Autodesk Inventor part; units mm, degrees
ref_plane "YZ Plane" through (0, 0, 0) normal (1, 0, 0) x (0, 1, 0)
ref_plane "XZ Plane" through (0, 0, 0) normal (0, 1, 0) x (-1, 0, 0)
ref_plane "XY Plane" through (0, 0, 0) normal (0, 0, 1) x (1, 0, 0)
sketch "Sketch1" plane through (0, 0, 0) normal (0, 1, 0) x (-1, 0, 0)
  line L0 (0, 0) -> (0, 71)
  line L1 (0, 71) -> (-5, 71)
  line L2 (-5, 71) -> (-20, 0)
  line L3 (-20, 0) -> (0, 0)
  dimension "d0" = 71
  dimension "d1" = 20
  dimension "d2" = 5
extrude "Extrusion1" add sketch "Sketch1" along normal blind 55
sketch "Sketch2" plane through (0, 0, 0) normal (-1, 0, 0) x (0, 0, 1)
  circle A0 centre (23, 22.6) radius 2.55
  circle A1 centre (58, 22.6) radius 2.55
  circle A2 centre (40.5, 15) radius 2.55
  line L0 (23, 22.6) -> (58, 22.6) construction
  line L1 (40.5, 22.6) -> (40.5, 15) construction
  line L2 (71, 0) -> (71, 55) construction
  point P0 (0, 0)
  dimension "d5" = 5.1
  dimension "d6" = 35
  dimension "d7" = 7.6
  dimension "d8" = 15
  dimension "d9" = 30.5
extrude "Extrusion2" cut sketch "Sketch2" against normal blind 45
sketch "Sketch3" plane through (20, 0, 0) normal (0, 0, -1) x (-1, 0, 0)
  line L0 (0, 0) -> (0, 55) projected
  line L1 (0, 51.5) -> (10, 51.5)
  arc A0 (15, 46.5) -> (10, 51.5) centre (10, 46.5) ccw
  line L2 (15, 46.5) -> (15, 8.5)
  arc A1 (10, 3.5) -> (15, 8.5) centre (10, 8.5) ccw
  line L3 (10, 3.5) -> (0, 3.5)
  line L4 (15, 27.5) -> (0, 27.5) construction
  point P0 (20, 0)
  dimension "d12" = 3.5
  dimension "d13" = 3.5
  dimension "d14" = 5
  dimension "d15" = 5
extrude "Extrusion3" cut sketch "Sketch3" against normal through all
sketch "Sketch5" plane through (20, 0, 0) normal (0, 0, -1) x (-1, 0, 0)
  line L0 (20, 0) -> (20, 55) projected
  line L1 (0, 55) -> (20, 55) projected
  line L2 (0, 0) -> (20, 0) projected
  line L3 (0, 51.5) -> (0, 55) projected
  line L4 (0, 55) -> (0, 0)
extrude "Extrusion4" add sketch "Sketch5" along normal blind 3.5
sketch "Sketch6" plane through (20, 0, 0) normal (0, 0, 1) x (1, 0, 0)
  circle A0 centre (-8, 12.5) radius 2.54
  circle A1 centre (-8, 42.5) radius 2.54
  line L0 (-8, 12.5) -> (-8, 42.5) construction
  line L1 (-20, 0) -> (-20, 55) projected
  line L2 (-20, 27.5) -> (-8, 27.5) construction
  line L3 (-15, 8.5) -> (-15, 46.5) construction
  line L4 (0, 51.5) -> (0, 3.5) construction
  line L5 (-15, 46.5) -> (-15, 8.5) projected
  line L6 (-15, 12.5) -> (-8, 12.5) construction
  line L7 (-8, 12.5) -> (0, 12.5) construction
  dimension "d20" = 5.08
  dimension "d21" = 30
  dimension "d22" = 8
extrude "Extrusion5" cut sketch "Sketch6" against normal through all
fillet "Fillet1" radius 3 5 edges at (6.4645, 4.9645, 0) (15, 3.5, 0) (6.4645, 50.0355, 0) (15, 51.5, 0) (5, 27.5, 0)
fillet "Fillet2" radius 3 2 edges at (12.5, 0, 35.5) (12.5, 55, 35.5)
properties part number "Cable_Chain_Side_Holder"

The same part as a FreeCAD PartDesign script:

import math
import FreeCAD as App
import Part
import Sketcher
from FreeCAD import Vector
Q = App.Units.Quantity


def edges_at(feature, points):
    """Names of the edges that pass closest to the given points."""
    edges = feature.Shape.Edges
    near = lambda p: min(range(len(edges)), key=lambda i: edges[i].distToShape(Part.Vertex(*p))[0])
    return sorted({f"Edge{near(p) + 1}" for p in points})

doc = App.newDocument("Part")
body = doc.addObject("PartDesign::Body", "Body")

# Sketch on XZ plane
sketch1 = body.newObject("Sketcher::SketchObject", "Sketch")
sketch1.AttachmentSupport = (doc.getObject("XZ_Plane"), [""])
sketch1.MapMode = "FlatFace"
sketch1.addGeometry([
    Part.LineSegment(Vector(20, 0, 0), Vector(0, 0, 0)),
    Part.LineSegment(Vector(0, 0, 0), Vector(0, 71, 0)),
    Part.LineSegment(Vector(0, 71, 0), Vector(5, 71, 0)),
    Part.LineSegment(Vector(5, 71, 0), Vector(20, 0, 0)),
], False)
sketch1.addConstraint([
    Sketcher.Constraint("Coincident", 0, 2, 1, 1),
    Sketcher.Constraint("Coincident", 1, 2, 2, 1),
    Sketcher.Constraint("Coincident", 2, 2, 3, 1),
    Sketcher.Constraint("Coincident", 3, 2, 0, 1),
    Sketcher.Constraint("Horizontal", 0),
    Sketcher.Constraint("Vertical", 1),
    Sketcher.Constraint("Horizontal", 2),
    Sketcher.Constraint("Coincident", 0, 2, -1, 1),
    Sketcher.Constraint("DistanceX", 0, 2, 0, 1, Q("20 mm")),
    Sketcher.Constraint("DistanceX", 2, 1, 2, 2, Q("5 mm")),
    Sketcher.Constraint("DistanceY", 1, 1, 1, 2, Q("71 mm")),
])
pad1 = body.newObject("PartDesign::Pad", "Pad")
pad1.Profile = sketch1
pad1.Length = 55
pad1.Reversed = True

# Sketch on YZ plane
sketch2 = body.newObject("Sketcher::SketchObject", "Sketch001")
sketch2.AttachmentSupport = (doc.getObject("YZ_Plane"), [""])
sketch2.MapMode = "FlatFace"
sketch2.addGeometry([
    Part.Circle(Vector(22.6, 23, 0), Vector(0, 0, 1), 2.5),
    Part.Circle(Vector(22.6, 58, 0), Vector(0, 0, 1), 2.5),
    Part.Circle(Vector(15, 40.5, 0), Vector(0, 0, 1), 2.5),
], False)
sketch2.addConstraint([
    Sketcher.Constraint("Equal", 0, 1),
    Sketcher.Constraint("Equal", 1, 2),
    Sketcher.Constraint("Vertical", 0, 3, 1, 3),
    Sketcher.Constraint("Diameter", 0, Q("5.1 mm")),
    Sketcher.Constraint("DistanceX", -1, 1, 2, 3, Q("15 mm")),
    Sketcher.Constraint("DistanceY", 0, 3, 1, 3, Q("35 mm")),
    Sketcher.Constraint("DistanceX", 2, 3, 0, 3, Q("7.6 mm")),
    Sketcher.Constraint("DistanceY", -1, 1, 0, 3, Q("23 mm")),
    Sketcher.Constraint("DistanceY", -1, 1, 2, 3, Q("40.5 mm")),
])
pocket1 = body.newObject("PartDesign::Pocket", "Pocket")
pocket1.Profile = sketch2
pocket1.Length = 45
pocket1.Reversed = True

# Sketch on XY plane
sketch3 = body.newObject("Sketcher::SketchObject", "Sketch002")
sketch3.AttachmentSupport = (doc.getObject("XY_Plane"), [""])
sketch3.MapMode = "FlatFace"
sketch3.addGeometry([
    Part.LineSegment(Vector(20, 52, 0), Vector(20, 4, 0)),  # 0
    Part.LineSegment(Vector(20, 4, 0), Vector(10, 4, 0)),  # 1
    Part.ArcOfCircle(Part.Circle(Vector(10, 8, 0), Vector(0, 0, 1), 5), math.radians(180), math.radians(270)),  # 2
    Part.LineSegment(Vector(5, 8, 0), Vector(5, 46, 0)),  # 3
    Part.ArcOfCircle(Part.Circle(Vector(10, 46, 0), Vector(0, 0, 1), 5), math.radians(90), math.radians(180)),  # 4
    Part.LineSegment(Vector(10, 52, 0), Vector(20, 52, 0)),  # 5
], False)
sketch3.addConstraint([
    Sketcher.Constraint("Coincident", 0, 2, 1, 1),
    Sketcher.Constraint("Tangent", 1, 2, 2, 2),
    Sketcher.Constraint("Tangent", 2, 1, 3, 1),
    Sketcher.Constraint("Tangent", 3, 2, 4, 2),
    Sketcher.Constraint("Tangent", 4, 1, 5, 1),
    Sketcher.Constraint("Coincident", 5, 2, 0, 1),
    Sketcher.Constraint("Vertical", 0),
    Sketcher.Constraint("Horizontal", 1),
    Sketcher.Constraint("Vertical", 3),
    Sketcher.Constraint("Horizontal", 5),
    Sketcher.Constraint("Equal", 2, 4),
    Sketcher.Constraint("Radius", 2, Q("5 mm")),
    Sketcher.Constraint("DistanceX", -1, 1, 2, 1, Q("5 mm")),
    Sketcher.Constraint("DistanceY", -1, 1, 0, 2, Q("3.5 mm")),
    Sketcher.Constraint("DistanceX", 1, 2, 1, 1, Q("10 mm")),
    Sketcher.Constraint("DistanceY", 0, 2, 0, 1, Q("48 mm")),
])
pocket2 = body.newObject("PartDesign::Pocket", "Pocket001")
pocket2.Profile = sketch3
pocket2.Type = "ThroughAll"
pocket2.Reversed = True

# Sketch on XY plane
sketch4 = body.newObject("Sketcher::SketchObject", "Sketch003")
sketch4.AttachmentSupport = (doc.getObject("XY_Plane"), [""])
sketch4.MapMode = "FlatFace"
sketch4.addGeometry([
    Part.LineSegment(Vector(20, 0, 0), Vector(0, 0, 0)),
    Part.LineSegment(Vector(0, 0, 0), Vector(0, 55, 0)),
    Part.LineSegment(Vector(0, 55, 0), Vector(20, 55, 0)),
    Part.LineSegment(Vector(20, 55, 0), Vector(20, 0, 0)),
], False)
sketch4.addConstraint([
    Sketcher.Constraint("Coincident", 0, 2, 1, 1),
    Sketcher.Constraint("Coincident", 1, 2, 2, 1),
    Sketcher.Constraint("Coincident", 2, 2, 3, 1),
    Sketcher.Constraint("Coincident", 3, 2, 0, 1),
    Sketcher.Constraint("Horizontal", 0),
    Sketcher.Constraint("Vertical", 1),
    Sketcher.Constraint("Horizontal", 2),
    Sketcher.Constraint("Vertical", 3),
    Sketcher.Constraint("Coincident", 0, 2, -1, 1),
    Sketcher.Constraint("DistanceX", 0, 2, 0, 1, Q("20 mm")),
    Sketcher.Constraint("DistanceY", 1, 1, 1, 2, Q("55 mm")),
])
pad2 = body.newObject("PartDesign::Pad", "Pad001")
pad2.Profile = sketch4
pad2.Length = 3.5
pad2.Reversed = True

# Sketch on XY plane
sketch5 = body.newObject("Sketcher::SketchObject", "Sketch004")
sketch5.AttachmentSupport = (doc.getObject("XY_Plane"), [""])
sketch5.MapMode = "FlatFace"
sketch5.addGeometry([
    Part.Circle(Vector(12, 12.5, 0), Vector(0, 0, 1), 2.5),
    Part.Circle(Vector(12, 42.5, 0), Vector(0, 0, 1), 2.5),
], False)
sketch5.addConstraint([
    Sketcher.Constraint("Equal", 0, 1),
    Sketcher.Constraint("Vertical", 0, 3, 1, 3),
    Sketcher.Constraint("Diameter", 0, Q("5.08 mm")),
    Sketcher.Constraint("DistanceY", 0, 3, 1, 3, Q("30 mm")),
    Sketcher.Constraint("DistanceX", -1, 1, 0, 3, Q("12 mm")),
    Sketcher.Constraint("DistanceY", -1, 1, 0, 3, Q("12.5 mm")),
])
pocket3 = body.newObject("PartDesign::Pocket", "Pocket002")
pocket3.Profile = sketch5
pocket3.Type = "ThroughAll"
doc.recompute()

fillet = body.newObject("PartDesign::Fillet", "Fillet")
fillet.Base = (pocket3, edges_at(pocket3, [
    (6.465, 4.965, 0),
    (15, 3.5, 0),
    (6.465, 50.035, 0),
    (15, 51.5, 0),
    (5, 27.5, 0),
]))
fillet.Radius = 3
doc.recompute()

fillet2 = body.newObject("PartDesign::Fillet", "Fillet001")
fillet2.Base = (fillet, edges_at(fillet, [(12.5, 0, 35.5), (12.5, 55, 35.5)]))
fillet2.Radius = 3

doc.recompute()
=-=-=
The lines you need are those holding the word "extrude"; copy each of them from the material above.

extrude "Extrusion1" add sketch "Sketch1" along normal blind 55
extrude "Extrusion2" cut sketch "Sketch2" against normal blind 45
extrude "Extrusion3" cut sketch "Sketch3" against normal through all
extrude "Extrusion4" add sketch "Sketch5" along normal blind 3.5
extrude "Extrusion5" cut sketch "Sketch6" against normal through all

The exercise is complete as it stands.